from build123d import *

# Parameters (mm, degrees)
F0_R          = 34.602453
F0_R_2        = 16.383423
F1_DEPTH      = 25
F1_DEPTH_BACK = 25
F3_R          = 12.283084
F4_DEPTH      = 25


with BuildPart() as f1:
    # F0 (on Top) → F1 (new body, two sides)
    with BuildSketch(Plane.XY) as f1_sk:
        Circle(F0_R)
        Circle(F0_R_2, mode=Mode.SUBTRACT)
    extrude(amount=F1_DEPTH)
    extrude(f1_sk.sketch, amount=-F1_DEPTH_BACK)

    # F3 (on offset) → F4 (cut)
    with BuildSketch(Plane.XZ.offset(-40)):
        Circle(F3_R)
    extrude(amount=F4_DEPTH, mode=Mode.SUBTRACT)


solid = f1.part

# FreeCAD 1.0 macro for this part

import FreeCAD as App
import Part
import Sketcher

V = App.Vector
Q = App.Units.Quantity

doc = App.newDocument("Part")
body = doc.addObject("PartDesign::Body", "Body")

# Sketch on XY plane
sketch1 = body.newObject("Sketcher::SketchObject", "Sketch")
sketch1.AttachmentSupport = (doc.getObject("XY_Plane"), [""])
sketch1.MapMode = "FlatFace"
sketch1.addGeometry(Part.Circle(V(0, 0, 0), V(0, 0, 1), 35), False)
sketch1.addGeometry(Part.Circle(V(0, 0, 0), V(0, 0, 1), 16), False)
sketch1.addConstraint(Sketcher.Constraint("Coincident", 0, 3, -1, 1))
sketch1.addConstraint(Sketcher.Constraint("Coincident", 1, 3, -1, 1))
sketch1.addConstraint(Sketcher.Constraint("Diameter", 0, Q("69.204906 mm")))
sketch1.addConstraint(Sketcher.Constraint("Diameter", 1, Q("32.766846 mm")))
pad1 = body.newObject("PartDesign::Pad", "Pad")
pad1.Profile = sketch1
pad1.Type = "TwoLengths"
pad1.Length = 25
pad1.Length2 = 25

# Sketch on XZ plane
sketch2 = body.newObject("Sketcher::SketchObject", "Sketch001")
sketch2.AttachmentSupport = (doc.getObject("XZ_Plane"), [""])
sketch2.MapMode = "FlatFace"
sketch2.AttachmentOffset = App.Placement(V(0, 0, -40), App.Rotation())
sketch2.addGeometry(Part.Circle(V(0, 0, 0), V(0, 0, 1), 12), False)
sketch2.addConstraint(Sketcher.Constraint("Coincident", 0, 3, -1, 1))
sketch2.addConstraint(Sketcher.Constraint("Diameter", 0, Q("24.566168 mm")))
pocket1 = body.newObject("PartDesign::Pocket", "Pocket")
pocket1.Profile = sketch2
pocket1.Length = 25
pocket1.Reversed = True

doc.recompute()
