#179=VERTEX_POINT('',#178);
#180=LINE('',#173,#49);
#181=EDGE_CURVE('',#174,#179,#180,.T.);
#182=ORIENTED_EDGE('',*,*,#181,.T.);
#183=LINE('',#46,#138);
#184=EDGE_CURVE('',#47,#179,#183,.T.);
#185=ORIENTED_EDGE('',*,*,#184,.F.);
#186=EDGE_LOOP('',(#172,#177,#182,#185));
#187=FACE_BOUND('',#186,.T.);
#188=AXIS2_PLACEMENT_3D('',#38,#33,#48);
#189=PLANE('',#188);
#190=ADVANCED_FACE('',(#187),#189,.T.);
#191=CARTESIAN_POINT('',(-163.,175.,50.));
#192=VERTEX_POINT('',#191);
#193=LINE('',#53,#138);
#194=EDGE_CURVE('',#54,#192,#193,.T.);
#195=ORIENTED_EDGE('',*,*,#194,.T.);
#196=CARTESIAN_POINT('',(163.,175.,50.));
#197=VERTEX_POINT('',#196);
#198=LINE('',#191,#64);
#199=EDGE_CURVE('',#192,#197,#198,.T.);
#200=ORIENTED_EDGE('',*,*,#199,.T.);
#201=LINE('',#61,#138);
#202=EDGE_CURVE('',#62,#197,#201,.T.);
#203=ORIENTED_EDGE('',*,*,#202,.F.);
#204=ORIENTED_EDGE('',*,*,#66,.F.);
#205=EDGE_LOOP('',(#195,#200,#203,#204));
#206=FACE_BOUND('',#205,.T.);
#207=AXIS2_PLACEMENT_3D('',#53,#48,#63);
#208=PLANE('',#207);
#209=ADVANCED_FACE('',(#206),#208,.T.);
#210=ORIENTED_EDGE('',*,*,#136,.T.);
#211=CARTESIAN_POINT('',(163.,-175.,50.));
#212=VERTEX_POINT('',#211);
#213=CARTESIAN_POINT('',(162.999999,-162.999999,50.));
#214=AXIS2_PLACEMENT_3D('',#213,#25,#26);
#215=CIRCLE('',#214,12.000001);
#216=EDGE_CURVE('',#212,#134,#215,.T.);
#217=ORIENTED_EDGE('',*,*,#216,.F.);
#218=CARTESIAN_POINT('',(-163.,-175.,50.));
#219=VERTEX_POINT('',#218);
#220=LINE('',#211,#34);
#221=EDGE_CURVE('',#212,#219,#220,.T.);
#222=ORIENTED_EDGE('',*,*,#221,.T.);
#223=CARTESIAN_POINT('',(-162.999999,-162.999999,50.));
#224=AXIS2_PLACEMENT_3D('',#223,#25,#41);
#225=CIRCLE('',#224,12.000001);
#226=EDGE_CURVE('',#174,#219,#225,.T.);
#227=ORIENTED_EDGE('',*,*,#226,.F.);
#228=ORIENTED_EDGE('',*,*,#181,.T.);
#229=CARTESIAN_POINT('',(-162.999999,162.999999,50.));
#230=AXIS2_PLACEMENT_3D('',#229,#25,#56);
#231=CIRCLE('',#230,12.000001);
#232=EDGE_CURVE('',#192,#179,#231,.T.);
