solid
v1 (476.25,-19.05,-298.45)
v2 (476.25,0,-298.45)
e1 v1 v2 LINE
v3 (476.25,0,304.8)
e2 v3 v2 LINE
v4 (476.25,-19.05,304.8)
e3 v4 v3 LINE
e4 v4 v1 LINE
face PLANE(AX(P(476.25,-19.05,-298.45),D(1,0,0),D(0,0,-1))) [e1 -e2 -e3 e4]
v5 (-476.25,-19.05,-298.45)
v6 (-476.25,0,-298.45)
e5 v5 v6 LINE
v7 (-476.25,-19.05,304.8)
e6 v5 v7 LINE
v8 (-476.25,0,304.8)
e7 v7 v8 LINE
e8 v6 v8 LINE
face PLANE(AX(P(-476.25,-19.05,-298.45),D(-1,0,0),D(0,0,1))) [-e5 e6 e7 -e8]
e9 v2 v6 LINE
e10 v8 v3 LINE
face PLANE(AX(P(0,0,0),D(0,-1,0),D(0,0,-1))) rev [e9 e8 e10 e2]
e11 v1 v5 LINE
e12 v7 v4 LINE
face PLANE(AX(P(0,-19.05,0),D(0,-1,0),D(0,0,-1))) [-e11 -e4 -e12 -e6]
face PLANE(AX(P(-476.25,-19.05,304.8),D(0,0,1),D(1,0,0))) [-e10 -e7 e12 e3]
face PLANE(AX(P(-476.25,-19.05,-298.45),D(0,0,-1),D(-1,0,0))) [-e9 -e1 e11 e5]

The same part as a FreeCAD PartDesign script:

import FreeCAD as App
import Part
import Sketcher

V = App.Vector
Q = App.Units.Quantity

doc = App.newDocument("Part")
body = doc.addObject("PartDesign::Body", "Body")

# Sketch on XZ plane
sketch1 = body.newObject("Sketcher::SketchObject", "Sketch")
sketch1.AttachmentSupport = (doc.getObject("XZ_Plane"), [""])
sketch1.MapMode = "FlatFace"
sketch1.addGeometry([
    Part.LineSegment(V(-476, -298, 0), V(-476, 305, 0)),
    Part.LineSegment(V(-476, 305, 0), V(476, 305, 0)),
    Part.LineSegment(V(476, 305, 0), V(476, -298, 0)),
    Part.LineSegment(V(476, -298, 0), V(-476, -298, 0)),
], False)
sketch1.addConstraint([
    Sketcher.Constraint("Coincident", 0, 2, 1, 1),
    Sketcher.Constraint("Coincident", 1, 2, 2, 1),
    Sketcher.Constraint("Coincident", 2, 2, 3, 1),
    Sketcher.Constraint("Coincident", 3, 2, 0, 1),
    Sketcher.Constraint("Vertical", 0),
    Sketcher.Constraint("Horizontal", 1),
    Sketcher.Constraint("Vertical", 2),
    Sketcher.Constraint("Horizontal", 3),
    Sketcher.Constraint("DistanceX", 1, 1, 1, 2, Q("37.5 in")),
    Sketcher.Constraint("DistanceY", -1, 1, 0, 2, Q("12 in")),
    Sketcher.Constraint("DistanceY", 0, 1, 0, 2, Q("23.75 in")),
    Sketcher.Constraint("DistanceX", 0, 2, -1, 1, Q("18.75 in")),
])
pad1 = body.newObject("PartDesign::Pad", "Pad")
pad1.Profile = sketch1
pad1.Length = Q("0.75 in")

doc.recompute()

· · ·

Only the lines from the one containing "#185=ORIENTED_EDGE('',*,*,#184,.F.);" through the one containing "#221=EDGE_CURVE('',#212,#219,#220,.T.);" are to be retyped, both boundary lines included, with no other material.

FINAL ANSWER:
#185=ORIENTED_EDGE('',*,*,#184,.F.);
#186=EDGE_LOOP('',(#172,#177,#182,#185));
#187=FACE_BOUND('',#186,.T.);
#188=AXIS2_PLACEMENT_3D('',#38,#33,#48);
#189=PLANE('',#188);
#190=ADVANCED_FACE('',(#187),#189,.T.);
#191=CARTESIAN_POINT('',(-163.,175.,50.));
#192=VERTEX_POINT('',#191);
#193=LINE('',#53,#138);
#194=EDGE_CURVE('',#54,#192,#193,.T.);
#195=ORIENTED_EDGE('',*,*,#194,.T.);
#196=CARTESIAN_POINT('',(163.,175.,50.));
#197=VERTEX_POINT('',#196);
#198=LINE('',#191,#64);
#199=EDGE_CURVE('',#192,#197,#198,.T.);
#200=ORIENTED_EDGE('',*,*,#199,.T.);
#201=LINE('',#61,#138);
#202=EDGE_CURVE('',#62,#197,#201,.T.);
#203=ORIENTED_EDGE('',*,*,#202,.F.);
#204=ORIENTED_EDGE('',*,*,#66,.F.);
#205=EDGE_LOOP('',(#195,#200,#203,#204));
#206=FACE_BOUND('',#205,.T.);
#207=AXIS2_PLACEMENT_3D('',#53,#48,#63);
#208=PLANE('',#207);
#209=ADVANCED_FACE('',(#206),#208,.T.);
#210=ORIENTED_EDGE('',*,*,#136,.T.);
#211=CARTESIAN_POINT('',(163.,-175.,50.));
#212=VERTEX_POINT('',#211);
#213=CARTESIAN_POINT('',(162.999999,-162.999999,50.));
#214=AXIS2_PLACEMENT_3D('',#213,#25,#26);
#215=CIRCLE('',#214,12.000001);
#216=EDGE_CURVE('',#212,#134,#215,.T.);
#217=ORIENTED_EDGE('',*,*,#216,.F.);
#218=CARTESIAN_POINT('',(-163.,-175.,50.));
#219=VERTEX_POINT('',#218);
#220=LINE('',#211,#34);
#221=EDGE_CURVE('',#212,#219,#220,.T.);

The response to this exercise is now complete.